Winter temperatures over the Korean Peninsula and East Asia: development of a new index and its application to seasonal forecast

  • Seon Tae KimEmail author
  • Soo-Jin Sohn
  • Jong-Seong Kug
Article

Abstract

This study proposes a new index for monitoring and predicting winter temperatures of the Korean Peninsula based on the dominant atmospheric winter teleconnection patterns. The utilization of this index is further extended to the East Asian Winter Monsoon (EAWM) index because the new index is found to well represent the main feature of the EAWM circulation. Among the teleconnection patterns, the East Atlantic (EA) and Western Pacific (WP) patterns are found to be most strongly correlated with winter temperatures via their partial association with changes in sea level pressure (SLP) around the Korean Peninsula, i.e., the EA and WP patterns are associated with SLP variation over the Siberian High region and the Kuroshio extension region to the east of Japan, respectively.

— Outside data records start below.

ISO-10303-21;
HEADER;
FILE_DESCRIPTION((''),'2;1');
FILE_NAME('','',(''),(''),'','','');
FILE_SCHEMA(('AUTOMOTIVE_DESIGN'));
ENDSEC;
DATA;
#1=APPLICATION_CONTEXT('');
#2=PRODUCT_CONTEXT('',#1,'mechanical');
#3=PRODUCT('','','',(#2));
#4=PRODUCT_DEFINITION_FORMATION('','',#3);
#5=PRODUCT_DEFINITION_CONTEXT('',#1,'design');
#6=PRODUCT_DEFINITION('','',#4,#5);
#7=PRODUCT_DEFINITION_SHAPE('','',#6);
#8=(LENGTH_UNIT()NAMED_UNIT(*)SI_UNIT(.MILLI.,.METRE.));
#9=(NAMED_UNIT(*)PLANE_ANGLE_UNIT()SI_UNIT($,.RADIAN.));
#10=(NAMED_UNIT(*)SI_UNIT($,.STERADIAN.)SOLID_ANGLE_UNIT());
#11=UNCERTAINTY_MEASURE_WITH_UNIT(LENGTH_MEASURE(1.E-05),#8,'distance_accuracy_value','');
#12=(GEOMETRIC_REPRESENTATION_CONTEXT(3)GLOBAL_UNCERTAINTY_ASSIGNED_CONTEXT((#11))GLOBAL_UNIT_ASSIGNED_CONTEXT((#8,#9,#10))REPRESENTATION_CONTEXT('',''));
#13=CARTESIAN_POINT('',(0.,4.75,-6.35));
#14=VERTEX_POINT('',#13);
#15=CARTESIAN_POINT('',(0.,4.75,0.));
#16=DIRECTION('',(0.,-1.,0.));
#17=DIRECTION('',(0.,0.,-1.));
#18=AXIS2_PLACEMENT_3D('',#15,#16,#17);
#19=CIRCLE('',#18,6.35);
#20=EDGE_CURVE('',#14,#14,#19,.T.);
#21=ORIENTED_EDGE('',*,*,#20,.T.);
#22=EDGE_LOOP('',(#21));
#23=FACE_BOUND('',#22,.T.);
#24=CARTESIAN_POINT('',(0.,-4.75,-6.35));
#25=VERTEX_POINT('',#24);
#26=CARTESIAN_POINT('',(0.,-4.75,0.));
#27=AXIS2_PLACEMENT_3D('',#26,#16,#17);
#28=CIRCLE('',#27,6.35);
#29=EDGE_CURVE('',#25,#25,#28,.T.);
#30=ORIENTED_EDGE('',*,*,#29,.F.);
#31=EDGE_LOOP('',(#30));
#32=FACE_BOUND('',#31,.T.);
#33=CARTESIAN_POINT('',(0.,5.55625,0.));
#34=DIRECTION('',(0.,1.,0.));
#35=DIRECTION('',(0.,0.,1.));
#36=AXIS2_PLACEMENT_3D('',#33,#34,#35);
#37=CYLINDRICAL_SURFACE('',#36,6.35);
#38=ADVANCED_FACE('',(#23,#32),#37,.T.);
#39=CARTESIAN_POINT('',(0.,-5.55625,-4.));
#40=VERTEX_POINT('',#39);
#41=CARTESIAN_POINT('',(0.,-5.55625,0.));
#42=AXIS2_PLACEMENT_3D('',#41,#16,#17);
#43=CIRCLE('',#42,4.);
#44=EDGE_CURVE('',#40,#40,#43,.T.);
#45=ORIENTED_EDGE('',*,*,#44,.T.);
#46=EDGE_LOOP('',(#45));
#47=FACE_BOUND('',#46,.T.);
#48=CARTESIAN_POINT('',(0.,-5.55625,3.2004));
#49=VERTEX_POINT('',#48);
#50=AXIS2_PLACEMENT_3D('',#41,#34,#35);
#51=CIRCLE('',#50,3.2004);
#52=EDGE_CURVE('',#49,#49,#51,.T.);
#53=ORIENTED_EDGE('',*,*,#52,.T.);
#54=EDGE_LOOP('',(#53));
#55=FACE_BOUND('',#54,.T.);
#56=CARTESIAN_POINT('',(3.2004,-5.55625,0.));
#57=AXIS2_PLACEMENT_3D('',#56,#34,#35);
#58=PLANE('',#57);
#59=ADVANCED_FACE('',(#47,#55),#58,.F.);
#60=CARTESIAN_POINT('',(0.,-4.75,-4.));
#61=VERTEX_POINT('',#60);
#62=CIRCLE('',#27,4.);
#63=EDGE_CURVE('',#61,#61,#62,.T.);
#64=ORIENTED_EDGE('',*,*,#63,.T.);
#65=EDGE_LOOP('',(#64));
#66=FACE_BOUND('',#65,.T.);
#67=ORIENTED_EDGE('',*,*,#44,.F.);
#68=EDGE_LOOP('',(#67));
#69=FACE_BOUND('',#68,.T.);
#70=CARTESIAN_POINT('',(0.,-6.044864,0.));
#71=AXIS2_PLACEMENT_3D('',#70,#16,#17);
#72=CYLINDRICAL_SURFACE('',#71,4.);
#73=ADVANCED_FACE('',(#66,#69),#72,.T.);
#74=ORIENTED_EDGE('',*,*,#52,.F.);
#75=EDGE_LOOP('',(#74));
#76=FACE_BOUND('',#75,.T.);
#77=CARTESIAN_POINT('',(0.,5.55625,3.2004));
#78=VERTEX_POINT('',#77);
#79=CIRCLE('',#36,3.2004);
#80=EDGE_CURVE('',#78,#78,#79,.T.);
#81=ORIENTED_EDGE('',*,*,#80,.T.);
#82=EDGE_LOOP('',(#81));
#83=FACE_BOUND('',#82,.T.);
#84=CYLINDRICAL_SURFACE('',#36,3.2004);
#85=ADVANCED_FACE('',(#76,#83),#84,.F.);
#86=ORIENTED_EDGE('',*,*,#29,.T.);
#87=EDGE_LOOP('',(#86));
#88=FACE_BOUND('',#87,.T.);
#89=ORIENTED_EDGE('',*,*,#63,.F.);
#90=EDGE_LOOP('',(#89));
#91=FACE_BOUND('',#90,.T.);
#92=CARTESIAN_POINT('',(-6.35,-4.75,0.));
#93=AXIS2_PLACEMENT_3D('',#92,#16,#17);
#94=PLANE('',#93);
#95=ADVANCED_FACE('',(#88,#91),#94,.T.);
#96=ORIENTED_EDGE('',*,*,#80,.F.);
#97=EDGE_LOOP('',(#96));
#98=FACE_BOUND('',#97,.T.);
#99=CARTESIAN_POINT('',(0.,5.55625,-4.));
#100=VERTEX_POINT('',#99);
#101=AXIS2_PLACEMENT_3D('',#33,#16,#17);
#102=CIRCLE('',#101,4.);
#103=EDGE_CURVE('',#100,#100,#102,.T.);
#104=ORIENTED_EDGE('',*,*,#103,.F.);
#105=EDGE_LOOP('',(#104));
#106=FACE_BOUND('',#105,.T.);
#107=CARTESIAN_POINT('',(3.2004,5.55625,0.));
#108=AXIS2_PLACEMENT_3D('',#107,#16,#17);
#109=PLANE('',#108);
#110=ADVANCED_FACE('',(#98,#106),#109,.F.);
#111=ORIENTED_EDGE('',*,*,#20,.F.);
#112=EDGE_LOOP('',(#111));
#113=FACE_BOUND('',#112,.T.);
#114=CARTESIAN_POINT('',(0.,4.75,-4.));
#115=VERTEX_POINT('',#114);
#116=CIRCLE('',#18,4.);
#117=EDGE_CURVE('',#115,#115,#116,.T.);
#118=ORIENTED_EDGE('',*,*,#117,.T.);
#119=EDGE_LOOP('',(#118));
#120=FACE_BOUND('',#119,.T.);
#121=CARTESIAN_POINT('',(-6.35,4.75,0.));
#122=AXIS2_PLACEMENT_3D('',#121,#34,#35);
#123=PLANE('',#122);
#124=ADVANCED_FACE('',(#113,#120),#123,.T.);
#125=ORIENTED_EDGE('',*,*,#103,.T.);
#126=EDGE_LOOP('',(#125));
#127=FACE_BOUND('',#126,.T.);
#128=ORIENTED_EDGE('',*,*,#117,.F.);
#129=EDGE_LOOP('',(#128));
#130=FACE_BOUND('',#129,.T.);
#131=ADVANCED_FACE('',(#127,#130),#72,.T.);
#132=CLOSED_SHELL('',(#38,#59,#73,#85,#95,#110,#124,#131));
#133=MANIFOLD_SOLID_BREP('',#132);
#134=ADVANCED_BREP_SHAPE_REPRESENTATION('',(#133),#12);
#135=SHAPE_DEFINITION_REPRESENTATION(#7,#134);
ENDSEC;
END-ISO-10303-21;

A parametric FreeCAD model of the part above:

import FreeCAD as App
import Part
import Sketcher

V = App.Vector
Q = App.Units.Quantity


def add_polygon(sketch, points):
    """Adds a closed chain of lines whose ends are joined by coincident constraints."""
    first, n = sketch.GeometryCount, len(points)
    for a, b in zip(points, points[1:] + points[:1]):
        sketch.addGeometry(Part.LineSegment(App.Vector(*a, 0), App.Vector(*b, 0)), False)
    for i in range(n):
        sketch.addConstraint(Sketcher.Constraint("Coincident", first + i, 2, first + (i + 1) % n, 1))

doc = App.newDocument("Part")
body = doc.addObject("PartDesign::Body", "Body")

# Sketch on XY plane
sketch1 = body.newObject("Sketcher::SketchObject", "Sketch")
sketch1.AttachmentSupport = (doc.getObject("XY_Plane"), [""])
sketch1.MapMode = "FlatFace"
add_polygon(sketch1, [(3.2, 5.6), (3.2, -5.6), (6.3, -5.6), (6.3, 5.6)])  # lines 0-3
sketch1.addConstraint([
    Sketcher.Constraint("Vertical", 0),
    Sketcher.Constraint("Horizontal", 1),
    Sketcher.Constraint("Vertical", 2),
    Sketcher.Constraint("Horizontal", 3),
    Sketcher.Constraint("DistanceX", 1, 1, 1, 2, Q("0.124 in")),
    Sketcher.Constraint("DistanceY", 0, 2, 0, 1, Q("0.4375 in")),
    Sketcher.Constraint("DistanceX", -1, 1, 1, 2, Q("0.25 in")),
    Sketcher.Constraint("DistanceY", 0, 2, -1, 1, Q("0.21875 in")),
])
revolution = body.newObject("PartDesign::Revolution", "Revolution")
revolution.Profile = sketch1
revolution.ReferenceAxis = (sketch1, ["V_Axis"])
revolution.Angle = 360

# Sketch on XY plane
sketch2 = body.newObject("Sketcher::SketchObject", "Sketch001")
sketch2.AttachmentSupport = (doc.getObject("XY_Plane"), [""])
sketch2.MapMode = "FlatFace"
add_polygon(sketch2, [(-6.3, 5.6), (-6.3, 4.8), (-4, 4.8), (-4, 5.6)])  # lines 0-3
add_polygon(sketch2, [(-6.3, -4.8), (-6.3, -5.6), (-4, -5.6), (-4, -4.8)])  # lines 4-7
sketch2.addConstraint([
    Sketcher.Constraint("Vertical", 0),
    Sketcher.Constraint("Horizontal", 1),
    Sketcher.Constraint("Vertical", 2),
    Sketcher.Constraint("Horizontal", 3),
    Sketcher.Constraint("Vertical", 4),
    Sketcher.Constraint("Horizontal", 5),
    Sketcher.Constraint("Vertical", 6),
    Sketcher.Constraint("Horizontal", 7),
    Sketcher.Constraint("Symmetric", 3, 2, 4, 2, -1),
    Sketcher.Constraint("Symmetric", 1, 2, 6, 2, -1),
    Sketcher.Constraint("DistanceX", 0, 2, -1, 1, Q("0.25 in")),
    Sketcher.Constraint("DistanceY", -1, 1, 2, 2, Q("0.21875 in")),
    Sketcher.Constraint("DistanceX", 1, 1, 1, 2, Q("2.35 mm")),
    Sketcher.Constraint("DistanceY", 0, 2, 0, 1, Q("0.80625 mm")),
])
groove = body.newObject("PartDesign::Groove", "Groove")
groove.Profile = sketch2
groove.ReferenceAxis = (sketch2, ["V_Axis"])
groove.Angle = 360

doc.recompute()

On the basis of this relationship, the two regions representing the northwest-to-southeast SLP gradients are determined to define the new index. It is found that the new index can represent the Korean winter temperatures consistently well regardless of their considerable decadal changes. When compared with the existing SLP-based EAWM indices, the new index shows the best performance in delineating winter air temperatures, not only in the Korean Peninsula but also in the entire East Asian region. We also assess the prediction skill of the new index with seasonal coupled forecast models of the APEC Climate Center of Korea and its capability to predict winter temperatures. This assessment shows that the new index has potential for operationally predicting and monitoring winter temperatures in Korea and the whole of East Asia.

Keywords

Teleconnection EAWM Winter temperature prediction 

Notes

Acknowledgments

Authors acknowledge that the GHCN Gridded V2 data are provided by the NOAA/OAR/ESRL PSD, Boulder, Colorado, USA, from their website at http://www.esrl.noaa.gov/psd/. The authors also acknowledge that the APCC Multi Model Ensemble (MME) Producing Centers for making their data available for analysis and the APEC Climate Center for collecting and archiving them and for organizing APCC MME prediction. Authors thank anonymous reviewers for constructive comments. This research was supported by the APEC Climate Center.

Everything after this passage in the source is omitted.